There are losses that don’t just change your circumstances—they change you. Grief, in its deepest form, is not only about mourning what was lost but about grappling with who you are now in the absence of what once defined you.
When a loved one dies, when a relationship ends, when a role is stripped away—something more than the external disappears. A version of you is buried in that moment. The one who was a spouse, a parent, a sibling, a best friend, a caretaker, a dreamer. When the connection is severed, so is the part of you that was intertwined with that identity.
And what remains? A silence. A blank canvas. An unfamiliar version of yourself trying to emerge from the ashes.
The Crisis Within the Loss
Grief doesn’t just break your heart—it fractures your sense of self. You may find yourself asking:
Who am I now that they are gone? What is my purpose without that relationship, that dream, that title? How do I show up in the world when I no longer recognize myself?
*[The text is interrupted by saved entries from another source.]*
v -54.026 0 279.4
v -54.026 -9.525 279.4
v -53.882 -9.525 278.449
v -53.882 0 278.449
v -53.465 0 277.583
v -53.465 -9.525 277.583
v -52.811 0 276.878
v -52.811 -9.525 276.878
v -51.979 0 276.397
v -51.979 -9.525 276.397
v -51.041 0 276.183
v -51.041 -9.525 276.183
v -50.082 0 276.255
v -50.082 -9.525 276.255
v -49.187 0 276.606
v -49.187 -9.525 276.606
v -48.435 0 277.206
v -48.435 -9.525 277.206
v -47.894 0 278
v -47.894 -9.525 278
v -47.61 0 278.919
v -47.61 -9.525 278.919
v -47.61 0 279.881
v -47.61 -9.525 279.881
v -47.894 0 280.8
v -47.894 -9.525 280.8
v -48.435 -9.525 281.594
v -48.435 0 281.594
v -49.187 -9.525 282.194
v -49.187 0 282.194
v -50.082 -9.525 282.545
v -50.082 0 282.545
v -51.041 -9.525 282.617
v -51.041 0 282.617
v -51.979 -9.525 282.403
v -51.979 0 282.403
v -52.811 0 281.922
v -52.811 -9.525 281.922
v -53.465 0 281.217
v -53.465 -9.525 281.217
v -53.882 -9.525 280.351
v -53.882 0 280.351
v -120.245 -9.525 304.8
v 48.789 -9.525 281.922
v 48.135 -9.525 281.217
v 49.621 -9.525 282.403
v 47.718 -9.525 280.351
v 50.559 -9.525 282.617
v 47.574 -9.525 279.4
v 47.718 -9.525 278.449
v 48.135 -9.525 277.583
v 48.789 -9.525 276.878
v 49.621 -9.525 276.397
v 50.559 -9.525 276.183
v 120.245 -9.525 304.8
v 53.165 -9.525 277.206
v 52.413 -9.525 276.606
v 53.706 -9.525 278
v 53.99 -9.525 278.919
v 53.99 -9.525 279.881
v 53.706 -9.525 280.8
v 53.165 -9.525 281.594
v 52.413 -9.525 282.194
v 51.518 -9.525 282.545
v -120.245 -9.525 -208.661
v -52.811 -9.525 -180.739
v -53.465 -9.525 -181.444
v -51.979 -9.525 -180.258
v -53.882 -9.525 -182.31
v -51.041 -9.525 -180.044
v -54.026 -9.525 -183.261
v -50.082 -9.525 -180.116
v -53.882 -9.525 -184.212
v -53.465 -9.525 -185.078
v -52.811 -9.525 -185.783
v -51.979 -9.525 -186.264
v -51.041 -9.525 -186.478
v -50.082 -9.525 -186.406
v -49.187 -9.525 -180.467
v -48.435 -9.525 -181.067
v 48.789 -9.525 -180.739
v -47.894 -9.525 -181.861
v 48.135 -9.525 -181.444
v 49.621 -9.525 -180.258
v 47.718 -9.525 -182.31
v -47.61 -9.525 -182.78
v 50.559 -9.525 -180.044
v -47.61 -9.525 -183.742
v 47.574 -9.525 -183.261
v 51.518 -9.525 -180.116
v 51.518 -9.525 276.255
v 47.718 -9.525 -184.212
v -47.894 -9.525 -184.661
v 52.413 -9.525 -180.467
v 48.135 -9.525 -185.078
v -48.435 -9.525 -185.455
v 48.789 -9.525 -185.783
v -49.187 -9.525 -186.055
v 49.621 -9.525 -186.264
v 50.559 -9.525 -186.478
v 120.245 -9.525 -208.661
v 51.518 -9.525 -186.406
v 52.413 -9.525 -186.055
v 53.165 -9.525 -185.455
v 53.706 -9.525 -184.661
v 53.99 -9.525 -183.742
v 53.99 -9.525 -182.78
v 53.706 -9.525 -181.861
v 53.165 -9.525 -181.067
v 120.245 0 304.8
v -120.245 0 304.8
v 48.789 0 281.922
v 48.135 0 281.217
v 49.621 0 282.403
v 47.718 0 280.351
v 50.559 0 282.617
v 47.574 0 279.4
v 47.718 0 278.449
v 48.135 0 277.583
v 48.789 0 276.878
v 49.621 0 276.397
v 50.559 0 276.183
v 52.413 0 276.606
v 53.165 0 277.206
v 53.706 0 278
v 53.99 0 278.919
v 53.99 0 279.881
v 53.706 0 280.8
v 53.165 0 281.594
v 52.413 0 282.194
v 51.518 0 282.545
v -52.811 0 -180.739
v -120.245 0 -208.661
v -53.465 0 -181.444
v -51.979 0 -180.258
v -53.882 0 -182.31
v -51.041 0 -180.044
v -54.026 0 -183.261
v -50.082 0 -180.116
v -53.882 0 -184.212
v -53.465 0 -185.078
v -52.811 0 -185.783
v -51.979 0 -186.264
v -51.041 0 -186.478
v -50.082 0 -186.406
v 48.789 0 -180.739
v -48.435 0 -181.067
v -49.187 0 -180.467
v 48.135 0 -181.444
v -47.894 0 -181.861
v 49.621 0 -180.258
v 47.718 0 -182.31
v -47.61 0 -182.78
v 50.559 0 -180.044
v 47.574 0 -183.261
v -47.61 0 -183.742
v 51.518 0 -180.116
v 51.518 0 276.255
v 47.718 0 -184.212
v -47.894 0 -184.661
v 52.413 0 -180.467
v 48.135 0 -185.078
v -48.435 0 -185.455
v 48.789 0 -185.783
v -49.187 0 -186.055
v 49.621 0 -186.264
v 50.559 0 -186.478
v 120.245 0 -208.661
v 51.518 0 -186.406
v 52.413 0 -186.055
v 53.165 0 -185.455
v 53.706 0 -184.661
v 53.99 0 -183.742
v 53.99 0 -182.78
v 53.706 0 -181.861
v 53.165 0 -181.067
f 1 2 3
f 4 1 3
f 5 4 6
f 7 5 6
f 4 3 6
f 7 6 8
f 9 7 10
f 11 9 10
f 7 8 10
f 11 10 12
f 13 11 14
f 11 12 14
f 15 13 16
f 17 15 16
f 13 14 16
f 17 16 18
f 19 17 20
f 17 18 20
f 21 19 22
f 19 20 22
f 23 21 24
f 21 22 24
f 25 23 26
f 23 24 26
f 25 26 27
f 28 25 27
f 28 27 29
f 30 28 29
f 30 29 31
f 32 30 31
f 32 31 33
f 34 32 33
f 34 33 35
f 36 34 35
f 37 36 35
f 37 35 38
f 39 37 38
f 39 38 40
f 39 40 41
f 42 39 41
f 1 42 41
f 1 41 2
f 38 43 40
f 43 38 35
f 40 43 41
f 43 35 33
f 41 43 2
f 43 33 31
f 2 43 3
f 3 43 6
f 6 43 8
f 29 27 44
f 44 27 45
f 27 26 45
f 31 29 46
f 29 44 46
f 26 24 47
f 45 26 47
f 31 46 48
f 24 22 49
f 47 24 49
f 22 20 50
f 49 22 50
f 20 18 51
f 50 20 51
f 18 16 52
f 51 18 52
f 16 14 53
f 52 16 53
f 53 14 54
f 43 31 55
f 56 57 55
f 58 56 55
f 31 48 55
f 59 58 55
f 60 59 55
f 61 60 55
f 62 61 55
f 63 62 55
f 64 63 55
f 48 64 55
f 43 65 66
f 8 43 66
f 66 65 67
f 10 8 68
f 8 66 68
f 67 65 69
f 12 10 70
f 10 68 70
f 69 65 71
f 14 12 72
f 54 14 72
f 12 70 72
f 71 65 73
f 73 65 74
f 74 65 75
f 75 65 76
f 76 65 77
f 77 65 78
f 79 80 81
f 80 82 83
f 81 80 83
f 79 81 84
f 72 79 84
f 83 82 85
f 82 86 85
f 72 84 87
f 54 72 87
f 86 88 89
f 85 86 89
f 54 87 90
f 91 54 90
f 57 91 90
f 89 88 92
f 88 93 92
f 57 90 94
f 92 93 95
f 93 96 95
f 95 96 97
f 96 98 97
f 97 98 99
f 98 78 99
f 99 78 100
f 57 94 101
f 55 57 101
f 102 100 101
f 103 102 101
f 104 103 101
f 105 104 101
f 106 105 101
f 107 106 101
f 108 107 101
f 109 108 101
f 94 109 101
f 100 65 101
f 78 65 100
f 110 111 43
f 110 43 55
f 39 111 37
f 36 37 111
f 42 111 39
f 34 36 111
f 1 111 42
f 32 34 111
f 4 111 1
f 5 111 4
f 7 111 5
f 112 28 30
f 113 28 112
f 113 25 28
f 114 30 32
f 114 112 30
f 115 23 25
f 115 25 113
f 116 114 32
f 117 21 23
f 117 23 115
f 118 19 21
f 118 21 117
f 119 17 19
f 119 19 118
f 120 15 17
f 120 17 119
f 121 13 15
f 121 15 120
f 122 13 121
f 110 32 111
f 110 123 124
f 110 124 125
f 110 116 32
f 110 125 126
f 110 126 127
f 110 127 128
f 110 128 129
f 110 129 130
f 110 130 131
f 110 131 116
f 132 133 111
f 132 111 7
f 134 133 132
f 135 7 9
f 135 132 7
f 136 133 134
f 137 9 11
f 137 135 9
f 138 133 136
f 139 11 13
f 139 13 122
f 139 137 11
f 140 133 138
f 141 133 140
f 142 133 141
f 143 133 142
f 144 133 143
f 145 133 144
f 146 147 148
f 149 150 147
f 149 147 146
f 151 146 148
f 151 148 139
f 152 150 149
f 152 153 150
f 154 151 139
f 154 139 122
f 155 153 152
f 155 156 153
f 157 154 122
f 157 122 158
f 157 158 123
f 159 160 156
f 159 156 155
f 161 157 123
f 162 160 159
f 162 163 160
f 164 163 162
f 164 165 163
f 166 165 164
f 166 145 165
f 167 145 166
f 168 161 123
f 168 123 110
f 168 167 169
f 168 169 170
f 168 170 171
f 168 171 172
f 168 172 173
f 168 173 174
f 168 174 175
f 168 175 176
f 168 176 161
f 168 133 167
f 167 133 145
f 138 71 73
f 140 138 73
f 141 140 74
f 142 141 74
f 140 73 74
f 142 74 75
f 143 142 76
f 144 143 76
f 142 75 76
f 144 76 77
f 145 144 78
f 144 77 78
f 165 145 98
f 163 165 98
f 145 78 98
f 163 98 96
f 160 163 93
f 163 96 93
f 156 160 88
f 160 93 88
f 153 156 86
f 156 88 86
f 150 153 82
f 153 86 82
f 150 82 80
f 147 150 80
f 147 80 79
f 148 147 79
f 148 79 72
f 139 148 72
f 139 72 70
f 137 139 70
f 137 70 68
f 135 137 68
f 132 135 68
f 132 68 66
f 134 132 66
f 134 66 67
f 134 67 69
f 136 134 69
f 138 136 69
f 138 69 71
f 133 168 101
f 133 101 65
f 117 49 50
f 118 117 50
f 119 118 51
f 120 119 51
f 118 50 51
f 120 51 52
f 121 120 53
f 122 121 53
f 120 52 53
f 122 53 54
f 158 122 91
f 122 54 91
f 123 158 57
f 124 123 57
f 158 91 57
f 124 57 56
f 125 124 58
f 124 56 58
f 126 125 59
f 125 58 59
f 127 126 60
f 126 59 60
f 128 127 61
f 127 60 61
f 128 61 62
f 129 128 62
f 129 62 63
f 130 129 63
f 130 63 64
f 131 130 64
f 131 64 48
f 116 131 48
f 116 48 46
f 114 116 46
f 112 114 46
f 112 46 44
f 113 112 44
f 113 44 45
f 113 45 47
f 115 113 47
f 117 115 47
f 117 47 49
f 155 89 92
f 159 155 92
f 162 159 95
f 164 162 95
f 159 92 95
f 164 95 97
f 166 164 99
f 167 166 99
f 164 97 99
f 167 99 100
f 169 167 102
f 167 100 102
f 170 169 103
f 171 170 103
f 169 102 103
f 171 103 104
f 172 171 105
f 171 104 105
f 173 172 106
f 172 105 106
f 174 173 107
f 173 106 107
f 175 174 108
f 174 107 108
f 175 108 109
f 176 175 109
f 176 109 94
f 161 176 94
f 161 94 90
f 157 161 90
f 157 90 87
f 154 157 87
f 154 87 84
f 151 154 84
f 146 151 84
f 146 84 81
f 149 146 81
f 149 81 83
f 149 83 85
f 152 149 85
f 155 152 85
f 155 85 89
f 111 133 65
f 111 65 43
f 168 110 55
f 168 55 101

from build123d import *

# Parameters (mm, degrees)
SKETCH3_W           = 304.8
SKETCH3_H           = 609.6
BOSS_EXTRUDE1_DEPTH = 9.525
CUT_EXTRUDE1_DEPTH  = 15.24
SKETCH9_R           = 3.2258
CUT_EXTRUDE3_DEPTH  = 10.525


with BuildPart() as part:
    # Sketch3 → Boss-Extrude1 (new body)
    with BuildSketch(Plane(origin=(0, 0, 0), x_dir=(1, 0, 0), z_dir=(0, 1, 0))):
        Rectangle(SKETCH3_W, SKETCH3_H)
    extrude(amount=-BOSS_EXTRUDE1_DEPTH)

    # Sketch4 → Cut-Extrude1 (cut)
    with BuildSketch(Plane(origin=(0, 0, 0), x_dir=(1, 0, 0), z_dir=(0, 1, 0))):
        Polygon((-152.4, 304.8), (152.4, 304.8), (152.4, 208.661), (152.4, -304.8), (120.245, -304.8), (120.245, 208.661), (-120.245, 208.661), (-120.245, -304.8), (-152.4, -304.8), (-152.4, 208.661), align=None)
    extrude(amount=-CUT_EXTRUDE1_DEPTH, mode=Mode.SUBTRACT)

    # Sketch9 → Cut-Extrude3 (cut, through all)
    with BuildSketch(Plane(origin=(0, -9.525, 0), x_dir=(-1, 0, 0), z_dir=(0, -1, 0))):
        with Locations((-50.8, 183.261)):
            Circle(SKETCH9_R)
        with Locations((50.8, 183.261)):
            Circle(SKETCH9_R)
        with Locations((50.8, -279.4)):
            Circle(SKETCH9_R)
        with Locations((-50.8, -279.4)):
            Circle(SKETCH9_R)
    extrude(amount=-CUT_EXTRUDE3_DEPTH, mode=Mode.SUBTRACT)


solid = part.part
These are not shallow questions. They are soul-deep wrestlings that emerge in the aftermath of profound loss. They are not signs of weakness—they are signs that you are in the sacred process of transformation.
The Weight of Expectations
Often, the world wants you to “bounce back.” To return to the familiar. To “be yourself again.” But what if that version of yourself is no longer here?
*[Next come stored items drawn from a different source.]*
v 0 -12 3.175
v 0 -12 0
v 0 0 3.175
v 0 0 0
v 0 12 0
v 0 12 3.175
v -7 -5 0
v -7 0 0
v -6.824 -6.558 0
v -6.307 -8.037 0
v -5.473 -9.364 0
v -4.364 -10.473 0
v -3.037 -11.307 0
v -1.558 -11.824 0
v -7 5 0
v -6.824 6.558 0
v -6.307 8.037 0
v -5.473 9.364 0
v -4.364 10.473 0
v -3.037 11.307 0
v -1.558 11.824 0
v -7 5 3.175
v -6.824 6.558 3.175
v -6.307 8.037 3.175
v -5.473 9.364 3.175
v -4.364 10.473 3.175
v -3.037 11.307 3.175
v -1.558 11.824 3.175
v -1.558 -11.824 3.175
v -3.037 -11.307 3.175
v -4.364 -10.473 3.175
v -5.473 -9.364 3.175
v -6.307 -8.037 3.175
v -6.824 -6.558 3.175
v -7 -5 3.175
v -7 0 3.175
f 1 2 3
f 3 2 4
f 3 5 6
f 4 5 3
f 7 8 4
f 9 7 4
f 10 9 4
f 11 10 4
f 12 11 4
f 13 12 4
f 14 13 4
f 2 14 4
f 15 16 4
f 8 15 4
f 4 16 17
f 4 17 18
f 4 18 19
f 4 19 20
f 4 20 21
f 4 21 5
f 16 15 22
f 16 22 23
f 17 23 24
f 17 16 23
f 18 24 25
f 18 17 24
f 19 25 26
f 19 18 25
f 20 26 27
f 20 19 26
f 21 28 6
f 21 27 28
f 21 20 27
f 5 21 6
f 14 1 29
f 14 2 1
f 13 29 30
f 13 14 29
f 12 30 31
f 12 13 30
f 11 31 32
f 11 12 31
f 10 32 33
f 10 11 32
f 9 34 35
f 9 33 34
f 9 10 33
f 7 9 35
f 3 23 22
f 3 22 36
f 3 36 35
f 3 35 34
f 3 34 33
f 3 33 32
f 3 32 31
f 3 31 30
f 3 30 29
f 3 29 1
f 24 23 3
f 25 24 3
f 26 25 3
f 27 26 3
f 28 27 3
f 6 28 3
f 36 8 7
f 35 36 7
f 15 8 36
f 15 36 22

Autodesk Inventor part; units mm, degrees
ref_plane "YZ Plane" through (0, 0, 0) normal (1, 0, 0) x (0, 1, 0)
ref_plane "XZ Plane" through (0, 0, 0) normal (0, 1, 0) x (-1, 0, 0)
ref_plane "XY Plane" through (0, 0, 0) normal (0, 0, 1) x (1, 0, 0)
sketch "Sketch1" plane through (0, 0, 0) normal (0, 0, 1) x (1, 0, 0)
  line L0 (0, 0) -> (-7, 0) construction
  line L1 (-7, 0) -> (-7, 5)
  arc A0 (0, 12) -> (-7, 5) centre (0, 5) ccw
  line L2 (0, 12) -> (0, 0)
  line L3 (-7, 0) -> (-7, -5)
  arc A1 (-7, -5) -> (0, -12) centre (0, -5) ccw
  line L4 (0, -12) -> (0, 0)
  dimension "d0" = 7
  dimension "d2" = 7
  dimension "d5" = 5
extrude "Extrusion1" add sketch "Sketch1" along normal blind 3.175
properties part number "waterbottle_holder_side"
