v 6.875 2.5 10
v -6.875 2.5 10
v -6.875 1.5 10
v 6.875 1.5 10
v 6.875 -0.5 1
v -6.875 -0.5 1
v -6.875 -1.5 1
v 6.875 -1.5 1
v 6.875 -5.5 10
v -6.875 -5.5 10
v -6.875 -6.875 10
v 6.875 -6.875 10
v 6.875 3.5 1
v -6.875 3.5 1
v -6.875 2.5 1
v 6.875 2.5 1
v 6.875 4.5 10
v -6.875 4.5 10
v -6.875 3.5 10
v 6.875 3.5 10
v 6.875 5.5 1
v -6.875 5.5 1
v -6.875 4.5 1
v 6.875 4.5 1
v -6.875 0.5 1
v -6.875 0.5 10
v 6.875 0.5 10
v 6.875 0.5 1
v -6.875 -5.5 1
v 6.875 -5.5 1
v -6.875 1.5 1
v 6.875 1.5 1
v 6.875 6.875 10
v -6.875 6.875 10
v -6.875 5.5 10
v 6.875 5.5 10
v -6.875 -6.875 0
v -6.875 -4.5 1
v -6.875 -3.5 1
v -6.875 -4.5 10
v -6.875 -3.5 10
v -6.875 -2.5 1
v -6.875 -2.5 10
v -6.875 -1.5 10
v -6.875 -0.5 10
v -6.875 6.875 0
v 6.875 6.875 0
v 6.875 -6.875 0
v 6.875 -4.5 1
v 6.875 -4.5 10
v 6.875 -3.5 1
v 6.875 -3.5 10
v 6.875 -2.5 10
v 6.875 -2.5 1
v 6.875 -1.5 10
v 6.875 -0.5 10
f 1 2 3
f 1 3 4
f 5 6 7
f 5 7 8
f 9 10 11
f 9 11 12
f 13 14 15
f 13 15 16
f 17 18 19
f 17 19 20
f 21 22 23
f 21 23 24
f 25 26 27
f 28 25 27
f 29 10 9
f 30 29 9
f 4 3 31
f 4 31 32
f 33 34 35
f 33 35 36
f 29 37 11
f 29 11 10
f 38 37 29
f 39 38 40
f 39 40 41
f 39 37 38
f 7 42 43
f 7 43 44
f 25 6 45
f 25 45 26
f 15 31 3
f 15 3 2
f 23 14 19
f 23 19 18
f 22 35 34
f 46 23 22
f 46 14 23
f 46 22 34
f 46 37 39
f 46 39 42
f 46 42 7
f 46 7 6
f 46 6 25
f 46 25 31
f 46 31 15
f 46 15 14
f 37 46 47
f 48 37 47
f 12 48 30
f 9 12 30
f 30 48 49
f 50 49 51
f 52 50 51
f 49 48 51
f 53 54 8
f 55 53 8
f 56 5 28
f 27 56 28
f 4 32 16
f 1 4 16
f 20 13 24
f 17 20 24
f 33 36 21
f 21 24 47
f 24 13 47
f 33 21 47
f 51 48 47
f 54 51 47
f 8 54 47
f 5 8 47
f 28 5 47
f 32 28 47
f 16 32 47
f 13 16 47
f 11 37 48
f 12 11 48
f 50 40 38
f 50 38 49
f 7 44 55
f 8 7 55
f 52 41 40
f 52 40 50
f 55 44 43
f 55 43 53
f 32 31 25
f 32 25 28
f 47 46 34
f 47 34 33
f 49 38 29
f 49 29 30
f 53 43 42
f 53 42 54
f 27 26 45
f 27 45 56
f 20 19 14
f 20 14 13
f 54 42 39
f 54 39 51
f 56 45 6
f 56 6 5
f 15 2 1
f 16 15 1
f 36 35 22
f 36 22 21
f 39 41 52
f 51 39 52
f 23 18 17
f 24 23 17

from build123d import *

# Parameters (mm, degrees)
SKETCH072_W            = 13.75
SKETCH072_H            = 13.75
PAD039_DEPTH           = 10
SKETCH073_W            = 20
SKETCH073_H            = 1
POCKET034_DEPTH        = 9
LINEARPATTERN001_COUNT = 6
LINEARPATTERN001_PITCH = 2


with BuildPart() as part:
    # Sketch072 → Pad039 (new body)
    with BuildSketch(Plane.XY):
        Rectangle(SKETCH072_W, SKETCH072_H)
    extrude(amount=PAD039_DEPTH)

    # Sketch073 → Pocket034 (cut)
    with BuildSketch(Plane(origin=(0, -5, 10), x_dir=(1, 0, 0), z_dir=(0, 0, 1))):
        Rectangle(SKETCH073_W, SKETCH073_H)
    pocket034 = extrude(amount=-POCKET034_DEPTH, mode=Mode.SUBTRACT)

    # LinearPattern001: Pocket034 ×6
    with Locations(*[(0, i * LINEARPATTERN001_PITCH, 0) for i in range(1, LINEARPATTERN001_COUNT)]):
        add(pocket034, mode=Mode.SUBTRACT)


solid = part.part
The truth is, grief rewrites your internal narrative. It changes your pace, your priorities, your personality. And yet, many feel the pressure to pretend they are still who they were before. That kind of performance is exhausting—and ultimately unsustainable.
You don’t owe anyone the “old you.” You are allowed to change.
Becoming in the Breaking
The beauty in grief is that while it strips away, it also reveals. It shows you what can’t be shaken. It awakens parts of you that were buried under routine or comfort. It stirs gifts, insight, and empathy you didn’t know were there.
But becoming takes time. It takes silence. It takes grace. It takes letting go of who you thought you’d always be so you can embrace who you’re becoming.
You are not lost. You are in transition.
And though grief may have introduced this transformation, it doesn’t have the final say. You do.